Al made a show of patting his pockets. “Left ’em in the car, I suppose. Good call, Otis.”
Otis got out and climbed down into the ditch. There was a deep gash in the roadside. The front end of the car was smashed. He looked into the dark interior of the car and noticed that the airbag had been deployed. He reached inside and withdrew the keys, still in the ignition. He climbed up the four-foot embankment with his hands before him.
“Al, I need to take you to a hospital.”
Al jumped at Otis’s voice. He was pressed up against his window staring into the dark trees. “What’s that? Oh, I’m fine. I just need to get home.”
“Your airbag went off. Did you know that?” Otis got in the car and handed over his keys. Once the car was moving, he noticed Al visibly sigh.
“Yeah, airbags are so touchy. A mighty sneeze would send those things off.”
“Front end of your car was pretty banged up. Were you trying to avoid the coon or trying to run it over?” He looked over at Al to gauge his response.
Al’s eyes shrank into anger. “What’re you saying, Otis?”
Otis returned his eyes to the road. “Nothing, Al. I’ll take you home.” They drove the rest of the way in silence.
He dropped Al off and wheeled around to return
home. He wondered if Al was mildly concussed from his wreck or if something more had happened. Did Ray have anything to do with it? He began to consider the possibility that Ray had kidnapped the boy or in some way terrorized him. Perhaps he should stop by the house. If someone was hiding up there, they wouldn’t be expecting anyone more after Al had gone.

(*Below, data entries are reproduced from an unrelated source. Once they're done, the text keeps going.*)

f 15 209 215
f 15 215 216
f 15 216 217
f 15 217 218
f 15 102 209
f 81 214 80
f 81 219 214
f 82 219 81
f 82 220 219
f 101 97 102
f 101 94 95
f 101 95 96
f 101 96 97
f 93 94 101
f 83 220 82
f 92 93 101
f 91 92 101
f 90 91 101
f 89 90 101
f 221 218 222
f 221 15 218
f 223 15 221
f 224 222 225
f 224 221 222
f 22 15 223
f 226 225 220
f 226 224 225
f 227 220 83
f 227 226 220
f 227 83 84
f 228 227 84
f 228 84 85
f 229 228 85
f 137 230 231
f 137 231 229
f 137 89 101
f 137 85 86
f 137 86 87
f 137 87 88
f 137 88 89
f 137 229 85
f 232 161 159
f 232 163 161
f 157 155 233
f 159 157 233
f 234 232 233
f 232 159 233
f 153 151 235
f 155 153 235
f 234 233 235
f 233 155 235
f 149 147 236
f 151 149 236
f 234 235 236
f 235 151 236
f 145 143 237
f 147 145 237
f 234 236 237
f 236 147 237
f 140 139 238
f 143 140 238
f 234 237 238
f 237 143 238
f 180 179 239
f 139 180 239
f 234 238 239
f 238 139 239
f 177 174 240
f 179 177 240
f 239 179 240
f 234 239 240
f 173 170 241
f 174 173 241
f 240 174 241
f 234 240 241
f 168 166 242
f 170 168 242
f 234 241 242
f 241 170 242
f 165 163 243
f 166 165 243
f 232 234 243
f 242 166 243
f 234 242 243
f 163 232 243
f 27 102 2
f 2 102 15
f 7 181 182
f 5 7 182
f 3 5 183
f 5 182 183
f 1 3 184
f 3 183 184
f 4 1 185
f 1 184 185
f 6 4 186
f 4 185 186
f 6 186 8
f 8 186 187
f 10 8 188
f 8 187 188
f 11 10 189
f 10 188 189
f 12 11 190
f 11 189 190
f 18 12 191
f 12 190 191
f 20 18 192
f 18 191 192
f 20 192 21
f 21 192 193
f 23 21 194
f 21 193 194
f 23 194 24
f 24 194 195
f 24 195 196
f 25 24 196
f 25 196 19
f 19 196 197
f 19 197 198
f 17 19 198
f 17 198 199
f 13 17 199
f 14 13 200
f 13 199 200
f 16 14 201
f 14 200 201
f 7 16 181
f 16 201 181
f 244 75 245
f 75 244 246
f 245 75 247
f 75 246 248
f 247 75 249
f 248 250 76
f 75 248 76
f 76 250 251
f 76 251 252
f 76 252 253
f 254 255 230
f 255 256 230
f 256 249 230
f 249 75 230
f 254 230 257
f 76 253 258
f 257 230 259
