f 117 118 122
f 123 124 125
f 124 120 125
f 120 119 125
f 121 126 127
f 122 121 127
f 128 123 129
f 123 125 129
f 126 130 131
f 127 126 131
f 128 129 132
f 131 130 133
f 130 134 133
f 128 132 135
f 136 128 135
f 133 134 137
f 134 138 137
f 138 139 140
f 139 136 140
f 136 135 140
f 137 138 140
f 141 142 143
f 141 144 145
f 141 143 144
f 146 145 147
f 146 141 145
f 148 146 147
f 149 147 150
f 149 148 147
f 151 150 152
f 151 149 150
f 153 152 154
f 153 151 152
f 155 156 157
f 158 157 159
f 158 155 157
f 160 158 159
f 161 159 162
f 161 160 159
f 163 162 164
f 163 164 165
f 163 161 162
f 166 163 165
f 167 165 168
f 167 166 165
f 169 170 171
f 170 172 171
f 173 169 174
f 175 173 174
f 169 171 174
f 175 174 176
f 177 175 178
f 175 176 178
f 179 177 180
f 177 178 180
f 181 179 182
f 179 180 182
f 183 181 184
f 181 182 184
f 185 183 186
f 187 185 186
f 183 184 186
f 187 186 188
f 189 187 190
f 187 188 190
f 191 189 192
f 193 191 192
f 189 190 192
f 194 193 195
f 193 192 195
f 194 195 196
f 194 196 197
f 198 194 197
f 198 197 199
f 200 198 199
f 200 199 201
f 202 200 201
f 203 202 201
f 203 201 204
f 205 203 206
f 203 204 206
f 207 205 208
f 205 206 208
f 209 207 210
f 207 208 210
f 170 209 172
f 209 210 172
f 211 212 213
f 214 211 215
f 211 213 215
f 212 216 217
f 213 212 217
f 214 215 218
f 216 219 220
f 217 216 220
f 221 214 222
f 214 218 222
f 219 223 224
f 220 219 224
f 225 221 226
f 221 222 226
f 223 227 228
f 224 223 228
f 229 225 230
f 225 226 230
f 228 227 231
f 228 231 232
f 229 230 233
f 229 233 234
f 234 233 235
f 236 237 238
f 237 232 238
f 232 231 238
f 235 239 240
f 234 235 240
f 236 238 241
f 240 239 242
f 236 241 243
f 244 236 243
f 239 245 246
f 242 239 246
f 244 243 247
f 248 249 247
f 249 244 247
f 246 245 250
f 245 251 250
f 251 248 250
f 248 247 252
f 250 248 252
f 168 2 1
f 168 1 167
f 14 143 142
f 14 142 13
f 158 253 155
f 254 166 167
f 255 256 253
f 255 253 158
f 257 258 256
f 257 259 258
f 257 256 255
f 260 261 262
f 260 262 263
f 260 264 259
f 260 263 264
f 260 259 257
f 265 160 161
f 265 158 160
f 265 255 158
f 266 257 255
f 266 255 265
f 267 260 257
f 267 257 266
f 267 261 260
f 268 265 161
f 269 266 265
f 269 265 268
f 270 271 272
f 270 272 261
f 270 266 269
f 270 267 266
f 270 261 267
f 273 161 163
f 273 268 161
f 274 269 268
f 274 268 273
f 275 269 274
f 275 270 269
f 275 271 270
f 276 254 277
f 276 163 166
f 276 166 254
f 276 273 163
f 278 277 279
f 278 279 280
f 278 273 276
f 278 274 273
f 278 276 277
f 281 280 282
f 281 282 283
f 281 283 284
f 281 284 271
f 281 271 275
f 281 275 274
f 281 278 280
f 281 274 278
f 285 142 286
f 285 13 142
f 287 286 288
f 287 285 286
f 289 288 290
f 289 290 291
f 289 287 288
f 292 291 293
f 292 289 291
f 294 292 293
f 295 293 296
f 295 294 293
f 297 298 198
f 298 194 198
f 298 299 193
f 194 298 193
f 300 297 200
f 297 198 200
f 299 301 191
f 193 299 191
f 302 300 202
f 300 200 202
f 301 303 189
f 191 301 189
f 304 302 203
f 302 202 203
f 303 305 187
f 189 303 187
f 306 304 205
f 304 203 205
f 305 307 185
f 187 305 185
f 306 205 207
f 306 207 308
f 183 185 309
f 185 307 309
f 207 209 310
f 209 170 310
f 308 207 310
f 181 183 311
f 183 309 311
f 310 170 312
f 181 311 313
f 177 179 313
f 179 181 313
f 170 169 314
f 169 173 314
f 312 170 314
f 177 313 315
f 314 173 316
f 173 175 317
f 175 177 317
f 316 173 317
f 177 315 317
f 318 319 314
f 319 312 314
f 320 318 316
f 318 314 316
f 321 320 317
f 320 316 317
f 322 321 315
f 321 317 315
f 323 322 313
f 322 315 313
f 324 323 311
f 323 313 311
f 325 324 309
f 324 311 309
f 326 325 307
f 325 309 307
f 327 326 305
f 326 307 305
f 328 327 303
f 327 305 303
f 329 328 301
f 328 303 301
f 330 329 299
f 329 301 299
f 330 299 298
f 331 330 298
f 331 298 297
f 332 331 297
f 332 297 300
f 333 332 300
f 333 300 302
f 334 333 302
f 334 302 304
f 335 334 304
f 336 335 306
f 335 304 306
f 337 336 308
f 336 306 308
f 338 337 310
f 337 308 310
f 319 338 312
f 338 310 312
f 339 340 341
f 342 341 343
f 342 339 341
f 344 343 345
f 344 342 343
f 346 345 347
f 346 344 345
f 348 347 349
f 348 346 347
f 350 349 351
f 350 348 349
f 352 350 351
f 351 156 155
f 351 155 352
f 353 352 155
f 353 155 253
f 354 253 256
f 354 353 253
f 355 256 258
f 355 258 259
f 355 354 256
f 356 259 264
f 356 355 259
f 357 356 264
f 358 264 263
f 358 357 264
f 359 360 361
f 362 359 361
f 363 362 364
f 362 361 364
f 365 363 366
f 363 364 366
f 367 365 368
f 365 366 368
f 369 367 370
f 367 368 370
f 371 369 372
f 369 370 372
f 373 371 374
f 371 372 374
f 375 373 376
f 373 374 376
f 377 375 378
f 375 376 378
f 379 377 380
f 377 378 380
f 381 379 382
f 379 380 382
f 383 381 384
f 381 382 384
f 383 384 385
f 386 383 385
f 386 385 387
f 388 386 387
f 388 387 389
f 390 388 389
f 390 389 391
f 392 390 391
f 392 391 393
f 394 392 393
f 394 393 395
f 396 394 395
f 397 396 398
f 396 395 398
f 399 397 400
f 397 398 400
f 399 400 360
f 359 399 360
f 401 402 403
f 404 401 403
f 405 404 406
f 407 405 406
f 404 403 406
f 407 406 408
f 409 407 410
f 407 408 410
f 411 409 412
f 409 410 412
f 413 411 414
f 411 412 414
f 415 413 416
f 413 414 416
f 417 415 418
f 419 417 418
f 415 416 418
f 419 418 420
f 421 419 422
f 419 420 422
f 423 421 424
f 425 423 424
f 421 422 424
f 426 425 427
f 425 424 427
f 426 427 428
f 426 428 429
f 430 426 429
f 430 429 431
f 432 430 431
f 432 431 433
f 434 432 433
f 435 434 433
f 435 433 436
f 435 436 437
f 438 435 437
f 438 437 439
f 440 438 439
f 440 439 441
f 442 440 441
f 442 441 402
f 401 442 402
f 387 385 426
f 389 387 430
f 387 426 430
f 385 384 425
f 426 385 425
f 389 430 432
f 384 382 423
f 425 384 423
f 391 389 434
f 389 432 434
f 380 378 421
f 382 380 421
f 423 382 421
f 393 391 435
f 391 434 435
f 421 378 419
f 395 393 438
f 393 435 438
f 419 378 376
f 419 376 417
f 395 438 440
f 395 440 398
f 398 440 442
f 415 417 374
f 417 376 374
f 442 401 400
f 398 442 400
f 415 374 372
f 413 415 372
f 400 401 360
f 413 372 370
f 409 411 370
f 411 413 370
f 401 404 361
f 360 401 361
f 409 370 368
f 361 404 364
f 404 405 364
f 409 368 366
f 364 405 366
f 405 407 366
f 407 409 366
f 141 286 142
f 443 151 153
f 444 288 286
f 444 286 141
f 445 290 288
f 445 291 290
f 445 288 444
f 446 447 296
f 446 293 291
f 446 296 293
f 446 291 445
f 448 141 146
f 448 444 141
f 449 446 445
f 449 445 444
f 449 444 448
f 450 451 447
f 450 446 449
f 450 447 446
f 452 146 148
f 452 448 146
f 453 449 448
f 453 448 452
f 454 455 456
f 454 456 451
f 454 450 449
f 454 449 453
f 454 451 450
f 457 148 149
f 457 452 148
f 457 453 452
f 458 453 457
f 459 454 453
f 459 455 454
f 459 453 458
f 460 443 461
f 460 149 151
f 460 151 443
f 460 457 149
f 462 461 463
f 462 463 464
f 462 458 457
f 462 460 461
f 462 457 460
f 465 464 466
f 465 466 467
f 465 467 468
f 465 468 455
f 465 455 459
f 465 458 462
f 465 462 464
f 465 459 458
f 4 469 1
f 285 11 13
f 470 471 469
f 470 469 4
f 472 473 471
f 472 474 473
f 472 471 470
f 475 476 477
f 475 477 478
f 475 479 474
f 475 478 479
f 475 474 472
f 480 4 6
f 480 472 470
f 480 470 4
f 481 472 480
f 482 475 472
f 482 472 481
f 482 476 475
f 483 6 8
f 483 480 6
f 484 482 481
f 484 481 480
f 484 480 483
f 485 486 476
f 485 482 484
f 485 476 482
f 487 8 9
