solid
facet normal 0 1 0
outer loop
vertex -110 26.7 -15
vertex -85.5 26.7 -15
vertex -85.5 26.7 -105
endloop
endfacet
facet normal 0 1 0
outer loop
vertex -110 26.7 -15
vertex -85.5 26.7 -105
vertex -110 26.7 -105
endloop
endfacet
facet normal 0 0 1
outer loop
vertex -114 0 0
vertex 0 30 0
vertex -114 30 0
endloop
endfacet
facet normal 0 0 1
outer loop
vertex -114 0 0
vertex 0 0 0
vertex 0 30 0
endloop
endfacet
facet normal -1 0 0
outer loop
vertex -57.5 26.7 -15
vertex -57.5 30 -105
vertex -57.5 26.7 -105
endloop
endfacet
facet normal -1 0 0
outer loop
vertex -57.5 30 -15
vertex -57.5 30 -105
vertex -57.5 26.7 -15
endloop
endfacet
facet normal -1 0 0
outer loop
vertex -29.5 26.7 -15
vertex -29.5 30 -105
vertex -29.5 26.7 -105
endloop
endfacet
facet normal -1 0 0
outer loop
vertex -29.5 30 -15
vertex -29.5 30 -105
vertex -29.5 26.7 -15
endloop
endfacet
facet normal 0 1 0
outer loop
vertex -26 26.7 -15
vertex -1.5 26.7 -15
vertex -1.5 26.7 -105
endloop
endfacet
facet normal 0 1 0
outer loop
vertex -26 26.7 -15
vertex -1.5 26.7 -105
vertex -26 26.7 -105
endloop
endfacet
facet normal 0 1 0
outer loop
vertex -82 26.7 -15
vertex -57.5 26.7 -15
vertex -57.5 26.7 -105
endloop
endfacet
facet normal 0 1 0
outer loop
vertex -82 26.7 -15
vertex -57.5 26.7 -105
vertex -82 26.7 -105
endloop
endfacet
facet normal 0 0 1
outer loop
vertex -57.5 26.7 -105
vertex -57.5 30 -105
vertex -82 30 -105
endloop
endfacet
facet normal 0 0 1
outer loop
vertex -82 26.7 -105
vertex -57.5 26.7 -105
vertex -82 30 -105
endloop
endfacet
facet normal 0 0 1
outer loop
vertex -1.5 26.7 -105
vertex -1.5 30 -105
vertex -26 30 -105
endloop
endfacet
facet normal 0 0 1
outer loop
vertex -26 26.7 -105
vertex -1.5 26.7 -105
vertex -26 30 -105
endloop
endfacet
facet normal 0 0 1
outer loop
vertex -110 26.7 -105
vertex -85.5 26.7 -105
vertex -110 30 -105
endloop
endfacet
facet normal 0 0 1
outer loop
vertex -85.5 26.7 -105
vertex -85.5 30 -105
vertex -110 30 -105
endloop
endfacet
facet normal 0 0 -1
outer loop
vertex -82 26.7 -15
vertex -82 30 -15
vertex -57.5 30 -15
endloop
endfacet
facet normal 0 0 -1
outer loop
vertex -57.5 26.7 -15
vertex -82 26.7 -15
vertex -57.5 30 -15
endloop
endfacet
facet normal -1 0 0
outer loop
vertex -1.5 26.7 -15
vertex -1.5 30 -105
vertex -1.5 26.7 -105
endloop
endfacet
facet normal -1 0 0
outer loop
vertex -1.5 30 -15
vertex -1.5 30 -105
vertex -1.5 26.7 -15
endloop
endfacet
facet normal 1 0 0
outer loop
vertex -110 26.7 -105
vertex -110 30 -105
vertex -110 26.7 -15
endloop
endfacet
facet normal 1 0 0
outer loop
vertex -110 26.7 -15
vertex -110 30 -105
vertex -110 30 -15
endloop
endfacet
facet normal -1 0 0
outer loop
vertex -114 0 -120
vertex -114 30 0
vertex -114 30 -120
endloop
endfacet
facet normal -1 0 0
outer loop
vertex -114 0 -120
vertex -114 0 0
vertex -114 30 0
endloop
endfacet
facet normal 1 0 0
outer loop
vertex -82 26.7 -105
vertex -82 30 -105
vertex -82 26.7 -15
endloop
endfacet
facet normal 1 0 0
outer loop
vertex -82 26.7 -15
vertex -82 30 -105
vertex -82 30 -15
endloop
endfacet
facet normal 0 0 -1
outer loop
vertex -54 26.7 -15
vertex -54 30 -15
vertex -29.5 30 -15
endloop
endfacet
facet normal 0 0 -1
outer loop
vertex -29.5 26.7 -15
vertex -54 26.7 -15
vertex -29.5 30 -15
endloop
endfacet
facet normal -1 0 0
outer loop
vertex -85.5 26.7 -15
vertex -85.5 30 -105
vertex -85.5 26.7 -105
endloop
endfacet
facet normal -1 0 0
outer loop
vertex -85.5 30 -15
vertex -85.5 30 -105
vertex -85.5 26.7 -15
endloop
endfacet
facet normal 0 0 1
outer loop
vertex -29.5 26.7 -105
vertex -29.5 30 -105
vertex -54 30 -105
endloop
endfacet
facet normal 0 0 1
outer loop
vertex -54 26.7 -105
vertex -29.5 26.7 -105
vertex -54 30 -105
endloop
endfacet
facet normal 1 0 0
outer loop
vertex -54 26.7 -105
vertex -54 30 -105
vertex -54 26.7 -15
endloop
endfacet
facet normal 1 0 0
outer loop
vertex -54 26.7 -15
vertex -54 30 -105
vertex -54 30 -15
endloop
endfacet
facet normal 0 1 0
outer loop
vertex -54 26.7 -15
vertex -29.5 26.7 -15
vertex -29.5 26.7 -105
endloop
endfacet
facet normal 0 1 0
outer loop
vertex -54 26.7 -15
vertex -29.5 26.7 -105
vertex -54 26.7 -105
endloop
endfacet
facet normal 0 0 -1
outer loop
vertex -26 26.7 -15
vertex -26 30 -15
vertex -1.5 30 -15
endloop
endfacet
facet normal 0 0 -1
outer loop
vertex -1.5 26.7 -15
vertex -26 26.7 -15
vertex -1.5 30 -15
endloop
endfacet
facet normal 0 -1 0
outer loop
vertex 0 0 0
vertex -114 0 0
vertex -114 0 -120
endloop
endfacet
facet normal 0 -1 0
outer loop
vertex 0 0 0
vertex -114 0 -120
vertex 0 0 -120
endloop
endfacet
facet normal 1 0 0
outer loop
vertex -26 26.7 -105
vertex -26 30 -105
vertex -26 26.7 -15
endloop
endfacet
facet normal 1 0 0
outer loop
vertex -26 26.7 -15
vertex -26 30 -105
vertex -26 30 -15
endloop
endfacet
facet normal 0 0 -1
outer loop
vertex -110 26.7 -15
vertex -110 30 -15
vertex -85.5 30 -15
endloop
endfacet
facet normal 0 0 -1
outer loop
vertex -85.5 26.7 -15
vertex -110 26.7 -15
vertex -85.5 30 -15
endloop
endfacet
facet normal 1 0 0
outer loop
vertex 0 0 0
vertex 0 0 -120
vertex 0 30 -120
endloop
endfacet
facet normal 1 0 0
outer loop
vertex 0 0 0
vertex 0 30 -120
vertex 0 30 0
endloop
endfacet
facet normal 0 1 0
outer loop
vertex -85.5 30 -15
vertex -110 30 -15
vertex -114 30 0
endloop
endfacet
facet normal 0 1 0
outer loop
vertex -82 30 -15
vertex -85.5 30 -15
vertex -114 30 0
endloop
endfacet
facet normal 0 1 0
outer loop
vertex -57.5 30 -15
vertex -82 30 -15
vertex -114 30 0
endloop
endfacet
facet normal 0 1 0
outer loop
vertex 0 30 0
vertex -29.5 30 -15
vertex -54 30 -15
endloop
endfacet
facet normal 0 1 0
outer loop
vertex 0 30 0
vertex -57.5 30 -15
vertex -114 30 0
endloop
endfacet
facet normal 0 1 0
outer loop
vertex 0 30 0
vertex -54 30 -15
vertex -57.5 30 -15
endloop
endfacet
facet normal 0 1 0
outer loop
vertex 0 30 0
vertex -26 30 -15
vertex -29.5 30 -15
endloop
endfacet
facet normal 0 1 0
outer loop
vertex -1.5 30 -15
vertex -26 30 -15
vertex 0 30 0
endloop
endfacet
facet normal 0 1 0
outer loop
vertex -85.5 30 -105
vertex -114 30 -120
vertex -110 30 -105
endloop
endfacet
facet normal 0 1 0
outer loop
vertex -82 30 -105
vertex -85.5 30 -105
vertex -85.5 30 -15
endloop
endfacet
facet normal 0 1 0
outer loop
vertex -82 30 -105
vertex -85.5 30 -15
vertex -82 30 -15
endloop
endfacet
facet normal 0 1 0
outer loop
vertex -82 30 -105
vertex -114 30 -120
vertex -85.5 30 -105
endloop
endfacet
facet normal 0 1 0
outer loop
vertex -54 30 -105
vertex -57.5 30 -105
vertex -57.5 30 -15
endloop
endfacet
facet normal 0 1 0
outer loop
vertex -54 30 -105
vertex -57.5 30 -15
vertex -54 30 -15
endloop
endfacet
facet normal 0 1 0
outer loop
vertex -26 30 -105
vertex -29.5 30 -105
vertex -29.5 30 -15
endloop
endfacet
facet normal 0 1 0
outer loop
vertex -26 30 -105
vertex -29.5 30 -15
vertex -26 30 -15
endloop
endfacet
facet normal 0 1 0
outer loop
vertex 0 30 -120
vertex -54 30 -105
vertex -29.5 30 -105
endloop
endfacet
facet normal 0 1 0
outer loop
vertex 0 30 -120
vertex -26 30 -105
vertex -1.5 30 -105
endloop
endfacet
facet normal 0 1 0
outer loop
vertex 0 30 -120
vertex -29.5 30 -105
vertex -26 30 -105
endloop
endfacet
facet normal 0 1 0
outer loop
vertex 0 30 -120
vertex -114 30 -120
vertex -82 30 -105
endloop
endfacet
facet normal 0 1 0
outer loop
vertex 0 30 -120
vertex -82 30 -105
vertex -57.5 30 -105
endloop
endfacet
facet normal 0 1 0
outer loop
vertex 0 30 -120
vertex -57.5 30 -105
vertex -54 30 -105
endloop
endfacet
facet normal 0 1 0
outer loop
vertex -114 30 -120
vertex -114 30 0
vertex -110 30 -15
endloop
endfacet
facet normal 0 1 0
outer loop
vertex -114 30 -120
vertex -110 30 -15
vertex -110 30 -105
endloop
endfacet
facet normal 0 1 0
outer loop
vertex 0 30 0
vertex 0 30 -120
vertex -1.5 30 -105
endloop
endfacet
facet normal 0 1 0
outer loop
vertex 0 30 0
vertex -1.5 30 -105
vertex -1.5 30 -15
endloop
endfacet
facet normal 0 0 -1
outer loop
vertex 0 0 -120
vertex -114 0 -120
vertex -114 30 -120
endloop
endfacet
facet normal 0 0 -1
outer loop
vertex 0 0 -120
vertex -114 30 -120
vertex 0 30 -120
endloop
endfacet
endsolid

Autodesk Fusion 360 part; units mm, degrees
sketch "スケッチ1" plane through (0, 0, 0) normal (0, 1, 0) x (1, 0, 0)
  line L0 (0, 0) -> (-114, 0)
  line L1 (-114, 0) -> (-114, 120)
  line L2 (-114, 120) -> (0, 120)
  line L3 (0, 120) -> (0, 0)
  dimension "d1" = 114
  dimension "d2" = 120
extrude "押し出し1" add sketch "スケッチ1" along normal blind 40
sketch "スケッチ2" plane through (0, 40, 0) normal (0, 1, 0) x (-1, 0, 0)
  line L0 (0, -120) -> (114, -120)
  line L1 (114, -120) -> (114, 0)
  line L2 (114, 0) -> (0, 0)
  line L3 (0, 0) -> (0, -120)
  line L4 (0, -105) -> (1.5, -105)
  line L5 (1.5, -105) -> (1.5, -15)
  line L6 (1.5, -15) -> (0, -15)
  line L7 (0, -15) -> (0, -105)
  line L8 (1.5, -105) -> (26, -105)
  line L9 (26, -105) -> (26, -15)
  line L10 (26, -15) -> (1.5, -15)
  line L11 (1.5, -15) -> (1.5, -105)
  line L12 (26, -105) -> (29.5, -105)
  line L13 (29.5, -105) -> (29.5, -15)
  line L14 (29.5, -15) -> (26, -15)
  line L15 (26, -15) -> (26, -105)
  line L16 (29.5, -105) -> (54, -105)
  line L17 (54, -105) -> (54, -15)
  line L18 (54, -15) -> (29.5, -15)
  line L19 (29.5, -15) -> (29.5, -105)
  line L20 (54, -105) -> (57.5, -105)
  line L21 (57.5, -105) -> (57.5, -15)
  line L22 (57.5, -15) -> (54, -15)
  line L23 (54, -15) -> (54, -105)
  line L24 (57.5, -105) -> (82, -105)
  line L25 (82, -105) -> (82, -15)
  line L26 (82, -15) -> (57.5, -15)
  line L27 (57.5, -15) -> (57.5, -105)
  line L28 (82, -105) -> (85.5, -105)
  line L29 (85.5, -105) -> (85.5, -15)
  line L30 (85.5, -15) -> (82, -15)
  line L31 (82, -15) -> (82, -105)
  line L32 (85.5, -105) -> (110, -105)
  line L33 (110, -105) -> (110, -15)
  line L34 (110, -15) -> (85.5, -15)
  line L35 (85.5, -15) -> (85.5, -105)
  line L36 (110, -105) -> (114, -105)
  line L37 (114, -105) -> (114, -15)
  line L38 (114, -15) -> (110, -15)
  line L39 (110, -15) -> (110, -105)
  dimension "d5" = 1.5
  dimension "d6" = 90
  dimension "d7" = 24.5
  dimension "d8" = 90
  dimension "d9" = 3.5
  dimension "d10" = 90
  dimension "d11" = 24.5
  dimension "d12" = 90
  dimension "d13" = 3.5
  dimension "d14" = 90
  dimension "d15" = 24.5
  dimension "d16" = 90
  dimension "d17" = 3.5
  dimension "d18" = 90
  dimension "d19" = 24.5
  dimension "d20" = 90
  dimension "d21" = 4
  dimension "d22" = 90
extrude "押し出し2" cut sketch "スケッチ2" against normal blind 3 contours L29 L32 L33 L34 L35 L39
sketch "スケッチ3" plane through (0, 40, 0) normal (0, 1, 0) x (-1, 0, 0)
  line L0 (110, -105) -> (85.5, -105)
  line L1 (85.5, -105) -> (85.5, -15)
  line L2 (85.5, -15) -> (110, -15)
  line L3 (110, -15) -> (110, -105)
  line L4 (0, -120) -> (114, -120)
  line L5 (114, -120) -> (114, 0)
  line L6 (114, 0) -> (0, 0)
  line L7 (0, 0) -> (0, -120)
  line L8 (0, -105) -> (1.5, -105)
  line L9 (1.5, -105) -> (1.5, -15)
  line L10 (1.5, -15) -> (0, -15)
  line L11 (0, -15) -> (0, -105)
  line L12 (1.5, -105) -> (26, -105)
  line L13 (26, -105) -> (26, -15)
  line L14 (26, -15) -> (1.5, -15)
  line L15 (1.5, -15) -> (1.5, -105)
  dimension "d25" = 1.5
  dimension "d26" = 90
  dimension "d27" = 24.5
  dimension "d28" = 90
extrude "押し出し3" cut sketch "スケッチ3" against normal blind 3 contours L9 L12 L13 L14 L15
extrude "押し出し4" cut 1 faces at (-93.6667, 37, -45) along direction (0, -1, 0) blind 0.3
extrude "押し出し5" cut 1 faces at (-9.6667, 37, -45) along direction (0, -1, 0) blind 0.3
sketch "スケッチ4" plane through (0, 40, 0) normal (0, 1, 0) x (-1, 0, 0)
  line L0 (26, -105) -> (1.5, -105)
  line L1 (1.5, -105) -> (1.5, -15)
  line L2 (1.5, -15) -> (26, -15)
  line L3 (26, -15) -> (26, -105)
  line L4 (110, -105) -> (85.5, -105)
  line L5 (85.5, -105) -> (85.5, -15)
  line L6 (85.5, -15) -> (110, -15)
  line L7 (110, -15) -> (110, -105)
  line L8 (0, -120) -> (114, -120)
  line L9 (114, -120) -> (114, 0)
  line L10 (114, 0) -> (0, 0)
  line L11 (0, 0) -> (0, -120)
  line L12 (26, -105) -> (29.5, -105)
  line L13 (29.5, -105) -> (29.5, -15)
  line L14 (29.5, -15) -> (26, -15)
  line L15 (26, -15) -> (26, -105)
  line L16 (29.5, -105) -> (54, -105)
  line L17 (54, -105) -> (54, -15)
  line L18 (54, -15) -> (29.5, -15)
  line L19 (29.5, -15) -> (29.5, -105)
  dimension "d35" = 3.5
  dimension "d36" = 90
  dimension "d37" = 24.5
  dimension "d38" = 90
extrude "押し出し6" cut sketch "スケッチ4" against normal blind 3.3 contours L13 L16 L17 L18 L19
sketch "スケッチ5" plane through (0, 40, 0) normal (0, 1, 0) x (-1, 0, 0)
  line L0 (54, -105) -> (29.5, -105)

Otis let his head rest on the steering wheel as he waited for the last traffic light out of town to turn green. He felt hot in his robe and loosened the belt. He drove slowly, letting his eyes find stars between the cloud gaps. As the light of the city was left behind him the stars were uncovered.
He pulled into Ray’s driveway and followed it to the bridge. As he drove he noticed the slide and gravel-slurry of a vehicle in great haste. Al’s car, I bet.
He drove into the clearing, but the darkness did not lessen in the open air. Clouds must have bundled up the sky. He exited the car, wrapping his robe more tightly around himself despite the heat of the night. He crooked a finger down the heel of each slipper to affix them more firmly to his feet. He felt silly trudging down the gravel driveway to spy on his neighbor. Ray is so unstable. It’s only a matter of time until he snaps.
In the darkness the house could be a Mayan pyramid. There was something ancient about its design, something pagan about its build. It had always been a concern of his to have such a structure nearby.
The lights were still out, and as he approached, the smell of smoke and char filled his nose. Ray’s burnt out car must still be smoldering. Otis crept up the stairs to the porch, shivering after every creak and complaint of the wood. Softly he touched the front door and paused to listen. He heard nothing.
He tried the door latch, and it clicked loudly as the bolt withdrew. It opened smoothly. He marveled over the craftsmanship of the door, heavy but well balanced, silent on its hinges. Otis stepped inside. The dim light of the cloud-obscured moon and stars made little difference to the black interior.
His next step was sticky, like stepping into a puddle of syrup. He looked down, but the light got lost in the layer of whatever covered the floor. He moved deeper into the house, through the foyer and into the middle room, the slime still an inch thick on the ground. The stairs to the second floor spiraled up the wall around a central beam.